* _Task requirements_
In the entries below, find the line containing "#160=ORIENTED_EDGE('',*,*,#142,.T.);" and the line containing "#167=FACE_BOUND('',#166,.T.);". Copy those two lines and everything between them exactly, and only that.

* _Source information_

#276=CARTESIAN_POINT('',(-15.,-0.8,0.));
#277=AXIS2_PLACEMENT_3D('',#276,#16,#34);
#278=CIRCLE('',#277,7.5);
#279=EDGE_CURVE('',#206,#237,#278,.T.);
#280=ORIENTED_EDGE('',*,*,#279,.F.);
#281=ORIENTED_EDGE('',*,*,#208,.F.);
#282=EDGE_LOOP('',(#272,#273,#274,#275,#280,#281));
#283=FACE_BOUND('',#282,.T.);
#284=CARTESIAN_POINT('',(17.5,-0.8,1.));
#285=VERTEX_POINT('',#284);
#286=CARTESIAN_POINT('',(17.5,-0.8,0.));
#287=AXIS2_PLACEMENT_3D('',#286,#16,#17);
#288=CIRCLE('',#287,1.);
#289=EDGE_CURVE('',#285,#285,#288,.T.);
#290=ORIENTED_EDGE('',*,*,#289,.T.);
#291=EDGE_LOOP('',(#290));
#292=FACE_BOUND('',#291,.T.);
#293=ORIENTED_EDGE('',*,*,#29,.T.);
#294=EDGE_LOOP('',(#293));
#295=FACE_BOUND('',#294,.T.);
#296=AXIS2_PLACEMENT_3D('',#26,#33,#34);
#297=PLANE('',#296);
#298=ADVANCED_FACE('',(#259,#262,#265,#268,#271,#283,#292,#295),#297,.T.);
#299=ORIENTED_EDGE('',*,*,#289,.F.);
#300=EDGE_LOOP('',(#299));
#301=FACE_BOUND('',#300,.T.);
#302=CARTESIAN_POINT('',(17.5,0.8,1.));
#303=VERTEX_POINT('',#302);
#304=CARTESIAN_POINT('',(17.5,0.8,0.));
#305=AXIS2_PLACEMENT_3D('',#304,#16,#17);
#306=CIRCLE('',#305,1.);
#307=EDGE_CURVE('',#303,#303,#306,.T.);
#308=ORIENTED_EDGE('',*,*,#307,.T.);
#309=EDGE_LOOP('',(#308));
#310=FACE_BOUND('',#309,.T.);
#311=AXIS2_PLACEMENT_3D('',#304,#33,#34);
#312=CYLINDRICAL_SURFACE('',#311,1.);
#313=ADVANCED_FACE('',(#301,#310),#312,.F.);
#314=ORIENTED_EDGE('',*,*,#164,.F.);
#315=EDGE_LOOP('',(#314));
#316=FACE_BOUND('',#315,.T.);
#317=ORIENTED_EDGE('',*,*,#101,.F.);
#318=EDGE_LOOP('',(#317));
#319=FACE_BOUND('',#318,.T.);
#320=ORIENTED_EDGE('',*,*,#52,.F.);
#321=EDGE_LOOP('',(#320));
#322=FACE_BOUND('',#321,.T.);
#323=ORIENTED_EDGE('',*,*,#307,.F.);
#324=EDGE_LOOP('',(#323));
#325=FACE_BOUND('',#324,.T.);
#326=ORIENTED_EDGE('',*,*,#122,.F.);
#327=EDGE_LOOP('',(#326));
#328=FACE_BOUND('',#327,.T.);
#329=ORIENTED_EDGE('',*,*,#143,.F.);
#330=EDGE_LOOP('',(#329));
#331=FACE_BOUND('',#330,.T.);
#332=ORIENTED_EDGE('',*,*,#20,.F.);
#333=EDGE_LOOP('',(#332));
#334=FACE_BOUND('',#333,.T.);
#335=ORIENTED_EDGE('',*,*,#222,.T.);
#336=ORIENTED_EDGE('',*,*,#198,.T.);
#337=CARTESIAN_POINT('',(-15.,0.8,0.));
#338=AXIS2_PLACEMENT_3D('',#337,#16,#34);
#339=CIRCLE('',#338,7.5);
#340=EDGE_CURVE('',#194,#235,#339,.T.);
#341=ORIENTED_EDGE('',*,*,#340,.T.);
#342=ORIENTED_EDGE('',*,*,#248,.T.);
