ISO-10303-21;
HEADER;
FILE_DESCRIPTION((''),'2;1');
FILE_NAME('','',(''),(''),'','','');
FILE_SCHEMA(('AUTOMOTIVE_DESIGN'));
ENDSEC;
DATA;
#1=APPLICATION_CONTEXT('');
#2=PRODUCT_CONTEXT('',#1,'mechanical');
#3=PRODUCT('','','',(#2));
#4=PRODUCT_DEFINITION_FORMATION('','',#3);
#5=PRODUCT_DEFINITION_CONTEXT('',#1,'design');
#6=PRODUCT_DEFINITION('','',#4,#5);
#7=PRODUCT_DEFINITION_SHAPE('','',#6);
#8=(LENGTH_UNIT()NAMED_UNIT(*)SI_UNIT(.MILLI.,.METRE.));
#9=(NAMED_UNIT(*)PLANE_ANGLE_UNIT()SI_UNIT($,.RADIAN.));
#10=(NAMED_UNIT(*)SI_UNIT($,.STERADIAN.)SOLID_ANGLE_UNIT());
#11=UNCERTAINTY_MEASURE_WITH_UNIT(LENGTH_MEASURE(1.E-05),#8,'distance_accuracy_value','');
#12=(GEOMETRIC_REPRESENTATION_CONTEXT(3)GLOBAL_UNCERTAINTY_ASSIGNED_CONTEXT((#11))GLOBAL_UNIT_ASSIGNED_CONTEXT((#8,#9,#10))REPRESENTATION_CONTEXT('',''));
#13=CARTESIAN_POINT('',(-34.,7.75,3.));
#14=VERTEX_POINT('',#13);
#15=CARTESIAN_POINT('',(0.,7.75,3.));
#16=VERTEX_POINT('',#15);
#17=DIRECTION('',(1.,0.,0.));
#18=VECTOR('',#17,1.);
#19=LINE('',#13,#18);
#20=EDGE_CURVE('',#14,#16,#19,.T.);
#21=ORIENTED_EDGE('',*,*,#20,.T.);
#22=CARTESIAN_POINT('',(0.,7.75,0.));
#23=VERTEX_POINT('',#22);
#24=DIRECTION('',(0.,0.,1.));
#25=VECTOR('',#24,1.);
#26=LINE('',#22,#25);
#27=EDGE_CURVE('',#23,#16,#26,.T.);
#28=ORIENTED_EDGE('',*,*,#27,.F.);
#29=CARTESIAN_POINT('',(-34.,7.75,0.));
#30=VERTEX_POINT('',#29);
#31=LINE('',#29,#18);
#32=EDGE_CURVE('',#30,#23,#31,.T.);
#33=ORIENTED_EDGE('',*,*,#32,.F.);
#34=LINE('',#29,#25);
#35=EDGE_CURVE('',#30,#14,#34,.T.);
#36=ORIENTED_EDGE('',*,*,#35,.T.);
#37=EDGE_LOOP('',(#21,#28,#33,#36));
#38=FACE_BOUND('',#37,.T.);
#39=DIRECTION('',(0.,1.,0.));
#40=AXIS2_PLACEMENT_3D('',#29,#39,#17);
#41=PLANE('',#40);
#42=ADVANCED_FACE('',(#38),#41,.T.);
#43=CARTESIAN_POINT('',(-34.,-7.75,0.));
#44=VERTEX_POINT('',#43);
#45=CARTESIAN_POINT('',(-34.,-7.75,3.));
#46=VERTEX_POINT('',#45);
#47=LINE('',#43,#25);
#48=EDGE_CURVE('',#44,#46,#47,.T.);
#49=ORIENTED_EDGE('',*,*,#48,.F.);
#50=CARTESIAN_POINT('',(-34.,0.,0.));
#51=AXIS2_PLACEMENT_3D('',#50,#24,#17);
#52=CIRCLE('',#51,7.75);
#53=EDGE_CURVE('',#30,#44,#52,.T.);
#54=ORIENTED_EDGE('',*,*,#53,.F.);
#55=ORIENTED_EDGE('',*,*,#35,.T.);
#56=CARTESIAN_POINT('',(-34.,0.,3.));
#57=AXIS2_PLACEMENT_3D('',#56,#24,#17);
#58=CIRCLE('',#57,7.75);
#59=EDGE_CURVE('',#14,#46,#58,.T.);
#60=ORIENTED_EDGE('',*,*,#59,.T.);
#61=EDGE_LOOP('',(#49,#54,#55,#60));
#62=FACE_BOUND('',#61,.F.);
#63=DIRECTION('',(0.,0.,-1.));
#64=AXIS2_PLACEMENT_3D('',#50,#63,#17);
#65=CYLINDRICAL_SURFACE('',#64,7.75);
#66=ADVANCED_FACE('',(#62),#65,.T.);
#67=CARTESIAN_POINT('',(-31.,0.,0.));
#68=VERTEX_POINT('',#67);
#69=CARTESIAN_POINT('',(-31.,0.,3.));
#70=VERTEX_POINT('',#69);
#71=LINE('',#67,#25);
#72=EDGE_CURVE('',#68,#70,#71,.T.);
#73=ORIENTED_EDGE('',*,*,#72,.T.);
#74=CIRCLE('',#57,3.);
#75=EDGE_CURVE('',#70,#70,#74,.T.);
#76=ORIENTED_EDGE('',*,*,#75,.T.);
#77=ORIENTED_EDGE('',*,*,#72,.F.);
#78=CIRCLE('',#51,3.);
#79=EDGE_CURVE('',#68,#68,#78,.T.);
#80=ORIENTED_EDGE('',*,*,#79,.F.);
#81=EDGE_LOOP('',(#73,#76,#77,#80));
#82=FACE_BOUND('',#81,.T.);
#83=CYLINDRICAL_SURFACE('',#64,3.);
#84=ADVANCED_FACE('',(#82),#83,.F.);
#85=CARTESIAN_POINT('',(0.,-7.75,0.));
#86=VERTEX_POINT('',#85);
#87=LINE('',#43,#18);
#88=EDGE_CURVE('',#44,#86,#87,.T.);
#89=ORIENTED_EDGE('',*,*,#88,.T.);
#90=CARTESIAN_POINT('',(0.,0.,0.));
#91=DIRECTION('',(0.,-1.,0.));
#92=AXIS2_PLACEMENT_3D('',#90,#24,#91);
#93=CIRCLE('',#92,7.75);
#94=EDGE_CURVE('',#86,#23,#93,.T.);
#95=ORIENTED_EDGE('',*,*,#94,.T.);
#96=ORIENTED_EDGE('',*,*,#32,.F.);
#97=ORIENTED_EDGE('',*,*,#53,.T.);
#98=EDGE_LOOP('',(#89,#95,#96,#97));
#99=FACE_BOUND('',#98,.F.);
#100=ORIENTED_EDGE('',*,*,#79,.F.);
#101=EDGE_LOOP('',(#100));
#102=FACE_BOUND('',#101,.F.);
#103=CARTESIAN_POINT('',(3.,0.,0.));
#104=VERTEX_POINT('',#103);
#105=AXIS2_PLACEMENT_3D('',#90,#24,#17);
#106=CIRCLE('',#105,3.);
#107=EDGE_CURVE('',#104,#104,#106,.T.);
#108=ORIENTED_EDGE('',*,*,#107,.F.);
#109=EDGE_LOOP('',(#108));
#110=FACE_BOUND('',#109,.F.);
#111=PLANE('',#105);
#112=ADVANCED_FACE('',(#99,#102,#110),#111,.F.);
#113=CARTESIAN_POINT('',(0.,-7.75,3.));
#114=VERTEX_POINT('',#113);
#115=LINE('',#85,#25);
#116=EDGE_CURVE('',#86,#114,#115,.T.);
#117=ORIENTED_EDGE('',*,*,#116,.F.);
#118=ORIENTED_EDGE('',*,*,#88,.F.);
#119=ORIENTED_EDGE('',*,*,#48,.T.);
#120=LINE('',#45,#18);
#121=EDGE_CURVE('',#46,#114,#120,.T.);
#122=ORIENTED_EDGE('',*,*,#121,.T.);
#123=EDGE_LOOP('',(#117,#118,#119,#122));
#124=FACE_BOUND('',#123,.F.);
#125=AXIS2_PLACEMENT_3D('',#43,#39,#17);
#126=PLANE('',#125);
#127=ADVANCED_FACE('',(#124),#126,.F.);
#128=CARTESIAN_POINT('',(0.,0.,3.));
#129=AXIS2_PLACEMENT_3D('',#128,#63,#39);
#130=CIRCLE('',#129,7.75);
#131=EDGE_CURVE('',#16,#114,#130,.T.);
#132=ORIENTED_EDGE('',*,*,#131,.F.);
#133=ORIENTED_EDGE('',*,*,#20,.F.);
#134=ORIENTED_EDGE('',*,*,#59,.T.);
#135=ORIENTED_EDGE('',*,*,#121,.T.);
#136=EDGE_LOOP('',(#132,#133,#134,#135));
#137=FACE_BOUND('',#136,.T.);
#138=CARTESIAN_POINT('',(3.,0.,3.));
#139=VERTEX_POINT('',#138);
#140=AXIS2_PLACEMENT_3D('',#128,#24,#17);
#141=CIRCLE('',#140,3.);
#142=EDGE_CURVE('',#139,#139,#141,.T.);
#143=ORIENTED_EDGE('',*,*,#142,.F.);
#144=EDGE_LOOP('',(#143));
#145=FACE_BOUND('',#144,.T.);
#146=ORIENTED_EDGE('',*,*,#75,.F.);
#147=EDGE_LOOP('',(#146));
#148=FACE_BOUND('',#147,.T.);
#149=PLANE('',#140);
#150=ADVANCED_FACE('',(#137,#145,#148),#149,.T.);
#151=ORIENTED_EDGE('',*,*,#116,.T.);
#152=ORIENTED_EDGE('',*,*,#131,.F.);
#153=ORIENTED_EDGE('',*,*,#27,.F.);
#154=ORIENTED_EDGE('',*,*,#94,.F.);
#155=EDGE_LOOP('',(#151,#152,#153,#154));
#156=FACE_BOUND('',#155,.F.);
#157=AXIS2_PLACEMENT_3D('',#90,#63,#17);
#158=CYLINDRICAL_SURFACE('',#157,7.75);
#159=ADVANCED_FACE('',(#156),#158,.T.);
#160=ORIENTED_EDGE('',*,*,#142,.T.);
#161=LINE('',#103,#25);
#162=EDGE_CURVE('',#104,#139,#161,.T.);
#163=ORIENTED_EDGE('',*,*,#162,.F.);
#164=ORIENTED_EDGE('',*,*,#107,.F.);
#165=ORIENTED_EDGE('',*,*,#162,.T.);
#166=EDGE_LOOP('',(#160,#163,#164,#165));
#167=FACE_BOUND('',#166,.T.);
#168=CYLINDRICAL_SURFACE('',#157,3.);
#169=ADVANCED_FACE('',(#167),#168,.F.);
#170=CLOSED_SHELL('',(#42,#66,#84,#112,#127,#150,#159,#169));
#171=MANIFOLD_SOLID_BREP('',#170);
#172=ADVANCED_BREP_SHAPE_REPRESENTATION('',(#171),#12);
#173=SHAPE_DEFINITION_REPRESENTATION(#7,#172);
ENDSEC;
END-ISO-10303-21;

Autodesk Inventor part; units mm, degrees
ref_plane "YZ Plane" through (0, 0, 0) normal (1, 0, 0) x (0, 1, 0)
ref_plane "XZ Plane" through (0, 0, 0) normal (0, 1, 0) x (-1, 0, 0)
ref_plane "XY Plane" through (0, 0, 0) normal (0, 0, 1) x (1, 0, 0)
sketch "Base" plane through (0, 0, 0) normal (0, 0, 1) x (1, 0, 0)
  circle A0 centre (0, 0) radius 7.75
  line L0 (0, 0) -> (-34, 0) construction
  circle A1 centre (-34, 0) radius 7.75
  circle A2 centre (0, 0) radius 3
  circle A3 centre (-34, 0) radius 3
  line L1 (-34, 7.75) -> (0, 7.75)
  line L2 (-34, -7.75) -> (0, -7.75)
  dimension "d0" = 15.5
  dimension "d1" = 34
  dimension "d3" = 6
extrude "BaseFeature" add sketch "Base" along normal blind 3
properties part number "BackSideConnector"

---

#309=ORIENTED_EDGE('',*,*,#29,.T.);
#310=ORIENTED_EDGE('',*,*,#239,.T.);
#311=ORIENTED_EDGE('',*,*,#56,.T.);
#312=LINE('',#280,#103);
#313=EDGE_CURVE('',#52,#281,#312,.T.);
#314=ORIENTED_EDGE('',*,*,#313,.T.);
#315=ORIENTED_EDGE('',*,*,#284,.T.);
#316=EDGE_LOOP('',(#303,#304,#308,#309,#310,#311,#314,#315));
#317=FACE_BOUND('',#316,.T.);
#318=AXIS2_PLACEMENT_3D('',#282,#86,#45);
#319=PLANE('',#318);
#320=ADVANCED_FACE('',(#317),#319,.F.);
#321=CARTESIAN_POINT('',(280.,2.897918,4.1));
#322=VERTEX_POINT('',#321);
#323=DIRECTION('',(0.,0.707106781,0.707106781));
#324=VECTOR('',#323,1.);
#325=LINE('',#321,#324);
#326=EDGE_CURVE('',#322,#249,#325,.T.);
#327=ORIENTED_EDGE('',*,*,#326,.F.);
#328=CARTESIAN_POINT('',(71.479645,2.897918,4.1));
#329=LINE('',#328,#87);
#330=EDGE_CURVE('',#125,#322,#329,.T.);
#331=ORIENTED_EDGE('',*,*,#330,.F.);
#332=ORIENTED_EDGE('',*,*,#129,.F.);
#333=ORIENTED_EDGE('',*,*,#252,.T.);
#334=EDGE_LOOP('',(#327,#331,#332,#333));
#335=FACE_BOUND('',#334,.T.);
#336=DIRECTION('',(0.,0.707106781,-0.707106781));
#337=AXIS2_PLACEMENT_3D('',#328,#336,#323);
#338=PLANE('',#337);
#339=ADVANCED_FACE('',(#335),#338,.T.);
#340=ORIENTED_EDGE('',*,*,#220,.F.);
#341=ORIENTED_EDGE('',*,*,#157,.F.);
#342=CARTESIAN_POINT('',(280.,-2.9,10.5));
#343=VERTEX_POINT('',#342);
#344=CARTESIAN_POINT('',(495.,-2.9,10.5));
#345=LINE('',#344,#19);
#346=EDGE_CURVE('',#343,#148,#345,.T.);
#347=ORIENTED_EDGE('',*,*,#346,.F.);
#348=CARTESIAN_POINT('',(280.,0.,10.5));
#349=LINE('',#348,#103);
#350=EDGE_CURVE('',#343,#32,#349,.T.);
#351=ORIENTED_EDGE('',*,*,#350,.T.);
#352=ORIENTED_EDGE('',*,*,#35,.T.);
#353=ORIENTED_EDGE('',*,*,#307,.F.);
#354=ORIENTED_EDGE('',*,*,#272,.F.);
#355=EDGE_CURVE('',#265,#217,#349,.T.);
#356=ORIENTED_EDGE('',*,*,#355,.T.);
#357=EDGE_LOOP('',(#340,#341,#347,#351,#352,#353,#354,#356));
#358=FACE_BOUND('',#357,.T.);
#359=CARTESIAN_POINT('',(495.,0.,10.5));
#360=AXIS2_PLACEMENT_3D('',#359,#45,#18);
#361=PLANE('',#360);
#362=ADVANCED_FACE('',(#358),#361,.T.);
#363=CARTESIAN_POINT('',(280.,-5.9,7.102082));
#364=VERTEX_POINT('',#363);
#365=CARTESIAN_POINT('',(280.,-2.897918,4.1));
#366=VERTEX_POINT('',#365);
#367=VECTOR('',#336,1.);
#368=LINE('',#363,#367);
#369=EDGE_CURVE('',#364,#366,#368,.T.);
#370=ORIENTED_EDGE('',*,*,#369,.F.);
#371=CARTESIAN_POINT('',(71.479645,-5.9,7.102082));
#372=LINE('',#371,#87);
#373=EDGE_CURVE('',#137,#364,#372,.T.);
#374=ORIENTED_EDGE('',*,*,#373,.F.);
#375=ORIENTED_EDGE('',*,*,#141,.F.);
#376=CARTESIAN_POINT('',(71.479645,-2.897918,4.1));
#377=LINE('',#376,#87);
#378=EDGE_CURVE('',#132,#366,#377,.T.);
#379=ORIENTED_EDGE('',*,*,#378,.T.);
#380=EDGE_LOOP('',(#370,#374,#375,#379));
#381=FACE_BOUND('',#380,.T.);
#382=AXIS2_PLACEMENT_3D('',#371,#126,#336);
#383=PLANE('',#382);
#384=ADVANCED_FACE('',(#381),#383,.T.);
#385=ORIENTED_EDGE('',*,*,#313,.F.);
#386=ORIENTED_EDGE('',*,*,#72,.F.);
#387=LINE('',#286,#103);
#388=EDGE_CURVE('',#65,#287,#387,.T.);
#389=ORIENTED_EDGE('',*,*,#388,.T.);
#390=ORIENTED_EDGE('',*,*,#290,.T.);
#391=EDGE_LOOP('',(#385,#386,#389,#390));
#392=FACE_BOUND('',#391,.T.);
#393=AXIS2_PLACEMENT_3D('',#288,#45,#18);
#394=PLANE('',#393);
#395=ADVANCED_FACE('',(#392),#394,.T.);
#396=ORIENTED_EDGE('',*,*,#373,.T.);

* _Expected answer_
#160=ORIENTED_EDGE('',*,*,#142,.T.);
#161=LINE('',#103,#25);
#162=EDGE_CURVE('',#104,#139,#161,.T.);
#163=ORIENTED_EDGE('',*,*,#162,.F.);
#164=ORIENTED_EDGE('',*,*,#107,.F.);
#165=ORIENTED_EDGE('',*,*,#162,.T.);
#166=EDGE_LOOP('',(#160,#163,#164,#165));
#167=FACE_BOUND('',#166,.T.);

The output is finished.